Fine included this game in his book, "Lessons From My Games", and entitled the chapter, "I Learn The Endgame".

As the introduction to this game, Fine wrote, "In the development of the chess master, there is usually some transition point where he is forced to acquire greater skill in the endgame. While I was still merely a 'player of promise' this ability was not essential. Lesser players could, as a rule, be beaten by some tactical surprise. But as the opposition grew stronger, it was no longer so easy simply to outcombine the other fellow; many victories had to be bought inch by inch, which, of course, led to the endgame."

Fine adds, that the turning point in his own style came around the time of the United States championship in 1936.
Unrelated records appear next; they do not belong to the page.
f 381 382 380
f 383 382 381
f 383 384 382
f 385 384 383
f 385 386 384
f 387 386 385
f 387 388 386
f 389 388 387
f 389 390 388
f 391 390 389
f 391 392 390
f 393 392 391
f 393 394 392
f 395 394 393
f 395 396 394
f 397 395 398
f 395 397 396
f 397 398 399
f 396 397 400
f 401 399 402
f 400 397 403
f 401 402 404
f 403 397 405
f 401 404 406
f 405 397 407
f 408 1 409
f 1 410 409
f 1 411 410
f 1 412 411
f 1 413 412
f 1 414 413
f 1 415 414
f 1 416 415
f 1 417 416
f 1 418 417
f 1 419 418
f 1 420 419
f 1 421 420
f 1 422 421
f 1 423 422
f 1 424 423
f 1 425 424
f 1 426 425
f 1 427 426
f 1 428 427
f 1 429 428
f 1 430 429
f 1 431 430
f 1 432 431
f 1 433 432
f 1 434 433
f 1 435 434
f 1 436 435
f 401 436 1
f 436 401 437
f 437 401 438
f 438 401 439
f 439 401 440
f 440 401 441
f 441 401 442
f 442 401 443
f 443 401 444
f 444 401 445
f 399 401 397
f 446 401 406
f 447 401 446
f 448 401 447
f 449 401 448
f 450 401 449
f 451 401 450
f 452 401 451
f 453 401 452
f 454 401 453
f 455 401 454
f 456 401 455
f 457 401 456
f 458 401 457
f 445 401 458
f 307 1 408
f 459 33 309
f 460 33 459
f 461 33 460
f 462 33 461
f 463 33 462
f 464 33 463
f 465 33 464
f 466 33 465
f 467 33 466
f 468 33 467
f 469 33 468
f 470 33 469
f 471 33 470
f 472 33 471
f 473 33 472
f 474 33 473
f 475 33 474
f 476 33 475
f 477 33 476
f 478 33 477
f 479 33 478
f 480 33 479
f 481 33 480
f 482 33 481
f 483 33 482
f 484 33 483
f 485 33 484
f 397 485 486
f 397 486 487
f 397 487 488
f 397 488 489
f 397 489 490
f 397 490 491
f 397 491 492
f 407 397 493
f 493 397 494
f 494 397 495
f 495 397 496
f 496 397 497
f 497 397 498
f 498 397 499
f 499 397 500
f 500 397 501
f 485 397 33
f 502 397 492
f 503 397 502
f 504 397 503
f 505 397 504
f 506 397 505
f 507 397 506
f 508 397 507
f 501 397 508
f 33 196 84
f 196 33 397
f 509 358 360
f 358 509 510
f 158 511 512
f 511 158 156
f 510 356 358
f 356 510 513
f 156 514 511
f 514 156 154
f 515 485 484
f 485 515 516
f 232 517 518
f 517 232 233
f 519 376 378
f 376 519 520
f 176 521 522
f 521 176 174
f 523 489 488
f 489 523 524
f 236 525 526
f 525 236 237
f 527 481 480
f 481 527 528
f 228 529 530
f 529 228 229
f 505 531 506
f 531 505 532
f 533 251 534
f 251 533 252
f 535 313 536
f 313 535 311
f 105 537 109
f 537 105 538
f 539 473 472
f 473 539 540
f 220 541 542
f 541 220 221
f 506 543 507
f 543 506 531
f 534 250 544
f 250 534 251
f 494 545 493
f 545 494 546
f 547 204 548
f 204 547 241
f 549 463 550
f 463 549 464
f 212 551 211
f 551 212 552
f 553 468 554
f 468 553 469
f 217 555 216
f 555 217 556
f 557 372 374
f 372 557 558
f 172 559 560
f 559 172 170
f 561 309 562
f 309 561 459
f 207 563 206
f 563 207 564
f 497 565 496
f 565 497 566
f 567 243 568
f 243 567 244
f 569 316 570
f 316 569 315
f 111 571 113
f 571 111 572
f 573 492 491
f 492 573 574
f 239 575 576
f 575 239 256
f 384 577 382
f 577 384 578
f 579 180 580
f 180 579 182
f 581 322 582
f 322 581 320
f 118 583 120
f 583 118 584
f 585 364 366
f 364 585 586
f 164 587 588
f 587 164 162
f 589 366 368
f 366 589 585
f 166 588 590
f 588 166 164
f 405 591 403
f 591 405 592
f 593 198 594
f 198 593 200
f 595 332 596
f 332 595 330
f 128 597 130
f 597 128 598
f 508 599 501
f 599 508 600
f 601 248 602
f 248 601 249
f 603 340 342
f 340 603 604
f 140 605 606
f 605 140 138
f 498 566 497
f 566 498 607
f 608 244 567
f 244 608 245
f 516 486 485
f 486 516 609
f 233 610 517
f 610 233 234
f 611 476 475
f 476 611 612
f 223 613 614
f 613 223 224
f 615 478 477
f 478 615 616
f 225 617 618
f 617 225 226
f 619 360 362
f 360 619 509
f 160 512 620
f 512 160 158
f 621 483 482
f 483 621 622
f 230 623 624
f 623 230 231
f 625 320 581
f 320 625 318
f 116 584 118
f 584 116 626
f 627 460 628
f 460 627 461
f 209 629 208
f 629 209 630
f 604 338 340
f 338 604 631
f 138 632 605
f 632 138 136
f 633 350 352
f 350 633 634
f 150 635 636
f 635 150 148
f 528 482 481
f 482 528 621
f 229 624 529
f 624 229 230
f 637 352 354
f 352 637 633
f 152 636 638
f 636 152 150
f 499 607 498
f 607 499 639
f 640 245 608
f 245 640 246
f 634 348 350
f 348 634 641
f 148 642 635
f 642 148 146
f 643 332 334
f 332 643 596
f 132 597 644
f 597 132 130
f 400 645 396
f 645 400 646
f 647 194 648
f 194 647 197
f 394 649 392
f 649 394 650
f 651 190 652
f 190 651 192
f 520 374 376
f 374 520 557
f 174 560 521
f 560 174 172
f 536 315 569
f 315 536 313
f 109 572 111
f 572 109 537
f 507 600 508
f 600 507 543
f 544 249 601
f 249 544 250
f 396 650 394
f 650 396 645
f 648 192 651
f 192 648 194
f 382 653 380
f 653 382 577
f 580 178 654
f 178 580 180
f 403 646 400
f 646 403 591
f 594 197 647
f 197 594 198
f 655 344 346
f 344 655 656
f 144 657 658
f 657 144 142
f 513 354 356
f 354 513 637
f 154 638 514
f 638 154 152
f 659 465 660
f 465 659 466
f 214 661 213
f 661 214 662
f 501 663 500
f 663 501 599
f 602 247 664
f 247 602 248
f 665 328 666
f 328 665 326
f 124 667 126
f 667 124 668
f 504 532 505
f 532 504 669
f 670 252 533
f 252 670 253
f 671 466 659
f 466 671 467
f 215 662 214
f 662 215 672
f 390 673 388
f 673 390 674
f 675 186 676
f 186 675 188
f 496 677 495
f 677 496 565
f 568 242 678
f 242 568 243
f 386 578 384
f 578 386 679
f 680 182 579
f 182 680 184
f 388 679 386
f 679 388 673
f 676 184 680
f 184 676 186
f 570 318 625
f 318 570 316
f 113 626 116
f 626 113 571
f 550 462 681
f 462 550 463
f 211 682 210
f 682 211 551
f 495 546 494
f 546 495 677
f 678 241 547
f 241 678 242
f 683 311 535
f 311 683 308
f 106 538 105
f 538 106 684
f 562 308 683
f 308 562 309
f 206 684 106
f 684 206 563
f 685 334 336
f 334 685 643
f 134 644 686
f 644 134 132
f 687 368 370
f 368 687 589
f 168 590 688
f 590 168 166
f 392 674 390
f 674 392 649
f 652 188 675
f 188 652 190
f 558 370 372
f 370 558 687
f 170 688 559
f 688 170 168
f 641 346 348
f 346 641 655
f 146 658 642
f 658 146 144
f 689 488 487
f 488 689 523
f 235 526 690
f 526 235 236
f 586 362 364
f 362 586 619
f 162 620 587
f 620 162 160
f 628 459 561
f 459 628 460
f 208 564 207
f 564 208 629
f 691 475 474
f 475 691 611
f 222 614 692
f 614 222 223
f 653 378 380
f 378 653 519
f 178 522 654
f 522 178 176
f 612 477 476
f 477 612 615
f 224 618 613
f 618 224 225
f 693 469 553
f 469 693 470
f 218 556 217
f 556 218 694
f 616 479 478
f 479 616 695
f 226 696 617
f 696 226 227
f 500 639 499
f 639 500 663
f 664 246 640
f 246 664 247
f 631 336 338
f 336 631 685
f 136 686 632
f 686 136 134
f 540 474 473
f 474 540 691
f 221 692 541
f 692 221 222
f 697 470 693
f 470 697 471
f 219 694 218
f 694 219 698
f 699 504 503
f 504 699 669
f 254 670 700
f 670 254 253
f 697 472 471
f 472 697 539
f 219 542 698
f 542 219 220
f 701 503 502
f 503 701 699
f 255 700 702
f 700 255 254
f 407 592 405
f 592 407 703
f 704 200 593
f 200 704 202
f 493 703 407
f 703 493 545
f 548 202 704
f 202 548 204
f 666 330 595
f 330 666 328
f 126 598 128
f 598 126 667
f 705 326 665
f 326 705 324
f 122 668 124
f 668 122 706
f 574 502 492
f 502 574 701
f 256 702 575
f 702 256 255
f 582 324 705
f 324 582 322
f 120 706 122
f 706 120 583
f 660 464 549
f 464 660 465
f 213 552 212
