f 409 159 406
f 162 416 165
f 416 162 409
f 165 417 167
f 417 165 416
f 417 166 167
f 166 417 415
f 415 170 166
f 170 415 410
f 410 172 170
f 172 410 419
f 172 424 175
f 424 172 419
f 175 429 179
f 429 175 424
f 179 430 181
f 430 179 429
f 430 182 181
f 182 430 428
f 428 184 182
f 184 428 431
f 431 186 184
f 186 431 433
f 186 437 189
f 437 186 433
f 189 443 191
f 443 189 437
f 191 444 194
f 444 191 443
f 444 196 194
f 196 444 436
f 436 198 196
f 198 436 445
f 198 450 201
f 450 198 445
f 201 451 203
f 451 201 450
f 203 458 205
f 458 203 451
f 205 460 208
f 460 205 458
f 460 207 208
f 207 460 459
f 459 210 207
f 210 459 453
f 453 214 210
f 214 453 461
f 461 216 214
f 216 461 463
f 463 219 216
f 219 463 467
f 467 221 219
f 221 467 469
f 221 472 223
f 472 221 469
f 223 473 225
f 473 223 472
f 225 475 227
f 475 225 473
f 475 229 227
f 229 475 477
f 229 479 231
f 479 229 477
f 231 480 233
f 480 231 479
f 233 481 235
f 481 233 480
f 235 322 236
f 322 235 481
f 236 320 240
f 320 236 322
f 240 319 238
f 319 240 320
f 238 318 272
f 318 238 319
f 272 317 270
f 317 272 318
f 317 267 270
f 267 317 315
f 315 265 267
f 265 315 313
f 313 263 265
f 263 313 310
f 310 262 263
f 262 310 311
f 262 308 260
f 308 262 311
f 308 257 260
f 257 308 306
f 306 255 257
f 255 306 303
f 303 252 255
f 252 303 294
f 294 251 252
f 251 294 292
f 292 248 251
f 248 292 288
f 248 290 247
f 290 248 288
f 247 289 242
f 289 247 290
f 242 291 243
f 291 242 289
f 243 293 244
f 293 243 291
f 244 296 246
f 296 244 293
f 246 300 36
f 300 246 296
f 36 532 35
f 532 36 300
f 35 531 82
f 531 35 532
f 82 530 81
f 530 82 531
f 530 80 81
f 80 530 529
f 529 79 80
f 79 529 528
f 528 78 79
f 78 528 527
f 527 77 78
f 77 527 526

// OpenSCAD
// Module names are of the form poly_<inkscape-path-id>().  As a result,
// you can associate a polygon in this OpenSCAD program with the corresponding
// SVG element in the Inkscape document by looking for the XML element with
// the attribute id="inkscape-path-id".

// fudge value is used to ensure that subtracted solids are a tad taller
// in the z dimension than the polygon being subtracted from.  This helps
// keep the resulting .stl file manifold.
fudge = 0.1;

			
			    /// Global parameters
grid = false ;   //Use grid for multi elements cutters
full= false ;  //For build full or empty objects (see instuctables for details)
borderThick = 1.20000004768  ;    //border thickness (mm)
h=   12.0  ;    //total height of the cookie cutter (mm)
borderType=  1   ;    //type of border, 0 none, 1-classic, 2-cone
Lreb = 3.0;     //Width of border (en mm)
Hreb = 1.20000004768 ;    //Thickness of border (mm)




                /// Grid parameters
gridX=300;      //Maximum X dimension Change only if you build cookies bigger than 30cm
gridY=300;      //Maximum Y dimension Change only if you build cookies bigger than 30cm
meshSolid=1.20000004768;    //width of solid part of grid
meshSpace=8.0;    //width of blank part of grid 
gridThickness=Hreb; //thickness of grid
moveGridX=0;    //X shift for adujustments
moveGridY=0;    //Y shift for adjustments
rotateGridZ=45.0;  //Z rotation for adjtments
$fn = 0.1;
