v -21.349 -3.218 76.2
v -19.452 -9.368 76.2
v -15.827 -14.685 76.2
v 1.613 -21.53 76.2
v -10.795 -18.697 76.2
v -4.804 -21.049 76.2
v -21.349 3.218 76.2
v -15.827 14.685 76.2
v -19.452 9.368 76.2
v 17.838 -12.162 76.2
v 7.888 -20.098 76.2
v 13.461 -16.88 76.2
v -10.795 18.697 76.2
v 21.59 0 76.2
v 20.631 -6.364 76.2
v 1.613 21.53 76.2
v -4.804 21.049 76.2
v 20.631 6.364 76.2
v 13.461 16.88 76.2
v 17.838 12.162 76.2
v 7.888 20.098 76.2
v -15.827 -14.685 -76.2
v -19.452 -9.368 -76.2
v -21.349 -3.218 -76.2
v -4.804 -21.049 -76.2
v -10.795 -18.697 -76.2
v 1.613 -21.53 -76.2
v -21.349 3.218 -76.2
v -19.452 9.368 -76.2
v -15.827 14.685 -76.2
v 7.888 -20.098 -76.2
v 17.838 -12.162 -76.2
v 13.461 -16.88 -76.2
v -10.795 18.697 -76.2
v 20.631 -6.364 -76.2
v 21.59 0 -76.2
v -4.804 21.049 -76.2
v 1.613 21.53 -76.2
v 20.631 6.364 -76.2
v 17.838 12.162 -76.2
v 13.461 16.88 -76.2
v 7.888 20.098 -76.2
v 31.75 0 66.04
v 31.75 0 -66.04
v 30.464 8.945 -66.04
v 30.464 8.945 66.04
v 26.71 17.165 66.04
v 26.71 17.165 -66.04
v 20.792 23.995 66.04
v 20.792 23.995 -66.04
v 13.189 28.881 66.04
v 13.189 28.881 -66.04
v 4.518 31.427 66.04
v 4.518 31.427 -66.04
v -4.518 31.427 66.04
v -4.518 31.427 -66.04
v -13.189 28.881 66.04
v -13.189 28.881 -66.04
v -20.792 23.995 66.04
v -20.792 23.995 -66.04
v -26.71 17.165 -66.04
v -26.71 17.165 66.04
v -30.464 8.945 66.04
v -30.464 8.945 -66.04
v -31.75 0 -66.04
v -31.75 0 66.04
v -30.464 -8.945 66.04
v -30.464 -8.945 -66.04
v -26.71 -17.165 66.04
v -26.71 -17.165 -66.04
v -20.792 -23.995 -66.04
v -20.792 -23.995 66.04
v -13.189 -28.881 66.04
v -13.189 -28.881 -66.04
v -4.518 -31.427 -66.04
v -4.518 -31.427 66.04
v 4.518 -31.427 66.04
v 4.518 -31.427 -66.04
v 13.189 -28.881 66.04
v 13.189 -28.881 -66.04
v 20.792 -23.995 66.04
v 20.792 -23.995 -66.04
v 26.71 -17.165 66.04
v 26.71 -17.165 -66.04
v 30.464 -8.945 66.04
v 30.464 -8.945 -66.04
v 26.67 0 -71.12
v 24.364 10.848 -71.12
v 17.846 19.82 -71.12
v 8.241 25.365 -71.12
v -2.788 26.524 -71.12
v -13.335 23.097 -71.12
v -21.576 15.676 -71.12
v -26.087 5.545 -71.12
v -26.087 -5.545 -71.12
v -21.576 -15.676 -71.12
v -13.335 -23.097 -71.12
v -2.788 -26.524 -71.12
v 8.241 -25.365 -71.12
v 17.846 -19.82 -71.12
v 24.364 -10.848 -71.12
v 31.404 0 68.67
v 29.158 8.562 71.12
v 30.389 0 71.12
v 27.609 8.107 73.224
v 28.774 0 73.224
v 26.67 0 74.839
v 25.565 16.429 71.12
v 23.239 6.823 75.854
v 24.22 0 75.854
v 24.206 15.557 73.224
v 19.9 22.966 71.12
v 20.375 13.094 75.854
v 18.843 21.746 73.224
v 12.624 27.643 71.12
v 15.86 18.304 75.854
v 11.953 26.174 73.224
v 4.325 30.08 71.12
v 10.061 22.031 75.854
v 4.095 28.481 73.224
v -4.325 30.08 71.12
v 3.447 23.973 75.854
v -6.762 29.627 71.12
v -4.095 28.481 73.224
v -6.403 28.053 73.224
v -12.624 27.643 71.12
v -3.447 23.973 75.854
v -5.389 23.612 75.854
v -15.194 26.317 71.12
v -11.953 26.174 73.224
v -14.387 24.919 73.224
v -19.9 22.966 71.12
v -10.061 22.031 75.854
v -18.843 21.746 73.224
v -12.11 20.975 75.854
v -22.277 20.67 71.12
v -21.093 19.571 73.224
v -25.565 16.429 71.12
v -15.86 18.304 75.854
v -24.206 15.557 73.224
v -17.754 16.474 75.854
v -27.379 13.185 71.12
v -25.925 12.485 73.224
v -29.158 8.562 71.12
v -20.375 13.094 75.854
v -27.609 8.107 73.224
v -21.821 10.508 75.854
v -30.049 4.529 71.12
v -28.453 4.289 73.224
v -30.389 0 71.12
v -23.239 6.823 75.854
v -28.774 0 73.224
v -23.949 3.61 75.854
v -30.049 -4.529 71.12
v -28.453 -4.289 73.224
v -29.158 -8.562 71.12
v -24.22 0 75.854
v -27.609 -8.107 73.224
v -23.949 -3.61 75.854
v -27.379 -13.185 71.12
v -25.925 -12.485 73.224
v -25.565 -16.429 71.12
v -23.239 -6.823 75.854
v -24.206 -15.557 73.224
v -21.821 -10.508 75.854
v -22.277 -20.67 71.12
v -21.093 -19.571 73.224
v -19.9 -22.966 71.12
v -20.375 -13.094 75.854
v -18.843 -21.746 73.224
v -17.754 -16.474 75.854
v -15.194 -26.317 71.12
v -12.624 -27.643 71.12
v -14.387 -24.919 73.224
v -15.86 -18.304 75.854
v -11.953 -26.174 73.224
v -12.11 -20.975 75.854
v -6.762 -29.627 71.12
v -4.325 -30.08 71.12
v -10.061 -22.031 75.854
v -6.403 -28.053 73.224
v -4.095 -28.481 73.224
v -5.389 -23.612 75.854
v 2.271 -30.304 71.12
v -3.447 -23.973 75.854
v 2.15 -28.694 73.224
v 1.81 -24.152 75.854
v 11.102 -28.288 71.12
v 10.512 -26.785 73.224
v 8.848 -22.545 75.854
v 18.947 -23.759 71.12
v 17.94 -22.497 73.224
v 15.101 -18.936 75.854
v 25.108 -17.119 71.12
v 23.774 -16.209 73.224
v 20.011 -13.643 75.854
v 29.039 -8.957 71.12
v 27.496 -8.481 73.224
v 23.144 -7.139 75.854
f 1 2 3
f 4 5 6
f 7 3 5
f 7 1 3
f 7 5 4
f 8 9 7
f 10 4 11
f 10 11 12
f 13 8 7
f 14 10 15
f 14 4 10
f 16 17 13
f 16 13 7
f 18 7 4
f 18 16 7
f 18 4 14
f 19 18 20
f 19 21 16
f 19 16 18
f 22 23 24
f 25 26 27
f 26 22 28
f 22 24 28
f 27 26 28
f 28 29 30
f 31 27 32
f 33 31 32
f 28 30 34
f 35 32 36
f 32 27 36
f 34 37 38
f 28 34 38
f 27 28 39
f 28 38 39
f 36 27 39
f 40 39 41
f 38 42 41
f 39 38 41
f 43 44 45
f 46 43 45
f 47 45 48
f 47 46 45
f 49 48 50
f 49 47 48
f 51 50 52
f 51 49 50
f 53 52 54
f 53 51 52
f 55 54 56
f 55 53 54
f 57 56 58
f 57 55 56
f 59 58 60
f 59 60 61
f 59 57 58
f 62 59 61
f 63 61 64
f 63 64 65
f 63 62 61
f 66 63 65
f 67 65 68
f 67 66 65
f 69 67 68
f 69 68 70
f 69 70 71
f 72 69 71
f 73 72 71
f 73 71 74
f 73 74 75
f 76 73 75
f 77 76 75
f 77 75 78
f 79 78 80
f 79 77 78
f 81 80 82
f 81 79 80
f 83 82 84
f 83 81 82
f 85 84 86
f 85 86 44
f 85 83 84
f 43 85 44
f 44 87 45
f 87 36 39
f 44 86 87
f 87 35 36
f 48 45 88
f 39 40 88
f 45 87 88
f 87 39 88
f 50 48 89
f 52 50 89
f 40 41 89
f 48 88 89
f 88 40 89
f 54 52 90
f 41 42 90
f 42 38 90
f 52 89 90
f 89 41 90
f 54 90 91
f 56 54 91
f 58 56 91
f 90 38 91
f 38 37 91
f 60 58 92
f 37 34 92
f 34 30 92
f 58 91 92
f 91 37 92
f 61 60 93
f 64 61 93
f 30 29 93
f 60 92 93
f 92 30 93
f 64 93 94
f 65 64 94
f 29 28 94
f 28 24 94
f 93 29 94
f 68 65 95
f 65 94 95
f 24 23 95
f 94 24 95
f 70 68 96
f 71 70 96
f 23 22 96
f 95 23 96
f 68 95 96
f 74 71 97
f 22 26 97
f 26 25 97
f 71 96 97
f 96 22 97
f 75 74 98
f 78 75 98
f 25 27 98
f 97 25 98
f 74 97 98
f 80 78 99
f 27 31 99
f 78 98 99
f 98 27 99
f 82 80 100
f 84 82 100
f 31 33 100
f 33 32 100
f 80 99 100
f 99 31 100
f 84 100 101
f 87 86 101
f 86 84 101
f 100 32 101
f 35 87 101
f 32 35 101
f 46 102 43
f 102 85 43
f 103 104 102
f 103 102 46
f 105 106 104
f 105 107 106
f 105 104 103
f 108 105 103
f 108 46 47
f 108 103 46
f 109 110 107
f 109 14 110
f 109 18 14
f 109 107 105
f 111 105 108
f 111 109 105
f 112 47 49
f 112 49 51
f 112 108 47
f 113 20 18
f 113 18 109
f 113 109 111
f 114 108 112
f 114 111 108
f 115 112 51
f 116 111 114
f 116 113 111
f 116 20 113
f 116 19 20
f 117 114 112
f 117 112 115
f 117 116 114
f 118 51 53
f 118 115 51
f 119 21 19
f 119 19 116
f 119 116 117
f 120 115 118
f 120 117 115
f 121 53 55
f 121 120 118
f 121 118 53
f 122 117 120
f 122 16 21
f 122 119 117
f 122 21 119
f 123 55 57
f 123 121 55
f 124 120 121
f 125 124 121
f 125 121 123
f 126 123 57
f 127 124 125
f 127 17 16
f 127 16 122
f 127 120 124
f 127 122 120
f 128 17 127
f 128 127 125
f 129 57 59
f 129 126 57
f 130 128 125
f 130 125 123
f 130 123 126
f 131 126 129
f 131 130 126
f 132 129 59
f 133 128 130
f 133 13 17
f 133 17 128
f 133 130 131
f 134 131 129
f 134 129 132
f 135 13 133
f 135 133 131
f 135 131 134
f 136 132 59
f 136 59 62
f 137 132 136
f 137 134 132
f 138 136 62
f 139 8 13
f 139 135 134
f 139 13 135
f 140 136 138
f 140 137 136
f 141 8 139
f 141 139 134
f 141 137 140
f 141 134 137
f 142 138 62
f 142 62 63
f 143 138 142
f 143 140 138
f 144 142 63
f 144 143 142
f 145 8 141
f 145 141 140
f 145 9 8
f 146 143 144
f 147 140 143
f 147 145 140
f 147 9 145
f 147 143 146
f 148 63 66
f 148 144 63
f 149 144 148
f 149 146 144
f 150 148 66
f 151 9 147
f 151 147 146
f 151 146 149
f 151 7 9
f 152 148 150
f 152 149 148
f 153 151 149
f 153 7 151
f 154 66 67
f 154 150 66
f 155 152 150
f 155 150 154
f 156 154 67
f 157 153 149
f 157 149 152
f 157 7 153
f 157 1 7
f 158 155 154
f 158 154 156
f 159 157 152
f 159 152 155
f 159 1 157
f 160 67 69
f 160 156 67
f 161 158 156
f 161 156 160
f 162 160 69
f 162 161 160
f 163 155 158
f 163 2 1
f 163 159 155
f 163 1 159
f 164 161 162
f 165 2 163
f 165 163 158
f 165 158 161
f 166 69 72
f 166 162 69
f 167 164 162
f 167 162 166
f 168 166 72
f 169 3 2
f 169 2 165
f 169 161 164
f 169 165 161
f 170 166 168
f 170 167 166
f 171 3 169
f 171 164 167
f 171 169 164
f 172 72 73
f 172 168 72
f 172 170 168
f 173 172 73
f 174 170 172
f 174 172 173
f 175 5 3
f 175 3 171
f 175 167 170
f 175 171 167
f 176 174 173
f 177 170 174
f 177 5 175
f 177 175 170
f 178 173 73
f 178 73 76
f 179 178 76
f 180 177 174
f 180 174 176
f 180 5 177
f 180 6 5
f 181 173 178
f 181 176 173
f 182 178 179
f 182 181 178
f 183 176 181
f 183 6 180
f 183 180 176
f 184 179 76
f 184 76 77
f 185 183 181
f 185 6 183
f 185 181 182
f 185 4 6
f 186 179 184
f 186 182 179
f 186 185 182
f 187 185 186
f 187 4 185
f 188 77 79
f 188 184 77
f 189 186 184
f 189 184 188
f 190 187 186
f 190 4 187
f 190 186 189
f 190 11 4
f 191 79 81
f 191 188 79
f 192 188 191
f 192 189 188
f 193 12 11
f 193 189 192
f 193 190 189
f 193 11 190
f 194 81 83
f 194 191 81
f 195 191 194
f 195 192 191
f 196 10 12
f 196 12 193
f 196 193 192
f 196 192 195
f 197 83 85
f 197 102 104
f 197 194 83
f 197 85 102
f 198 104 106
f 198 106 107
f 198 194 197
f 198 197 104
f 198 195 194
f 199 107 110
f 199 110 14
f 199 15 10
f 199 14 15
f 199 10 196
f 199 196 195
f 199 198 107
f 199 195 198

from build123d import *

# Parameters (mm, degrees)
F0_R          = 31.75
F1_DEPTH      = 76.2
F1_DEPTH_BACK = 76.2
F2_R          = 10.16
F3_SIZE       = 10.16


with BuildPart() as f1:
    # F0 (on Top) → F1 (new body, two sides)
    with BuildSketch(Plane.XY) as f1_sk:
        Circle(F0_R)
    extrude(amount=-F1_DEPTH)
    extrude(f1_sk.sketch, amount=F1_DEPTH_BACK)

    # F2
    f2_edges = [f1.edges().sort_by_distance(p)[0] for p in [
        (-31.75, 0, 76.2),
    ]]
    fillet(f2_edges, radius=F2_R)

    # F3
    f3_edges = [f1.edges().sort_by_distance(p)[0] for p in [
        (-31.75, 0, -76.2),
    ]]
    chamfer(f3_edges, length=F3_SIZE)


solid = f1.part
Apr-04-07  RookFile: Reshevsky was pretty far back, but he got it together of course and started putting wins up on the board to win the whole thing.
Premium Chessgames Member
  chancho: <In April of 1936, Reshevsky played in his first US Championship. His start was an indifferent win, draw, loss, loss, before he went to win nine of his next eleven games. Reshevsky came from behind to overhaul Simonson who was having the tournament of his life. Fine tied for third to begin his tale of woe at the US Championship.>

From Stephen W Gordon's book of Reshevsky's games etc.

Jan-08-22  jerseybob: Funny, as black in this same 4.Qb3 variation vs Stahlberg at Hamburg 1930, Kashdan played one of his greatest games, winning in 25 moves. Yet here he is six years later as white playing the same inferior line. Did he have an improvement in mind, or was the plan just to reach an ending and win it there?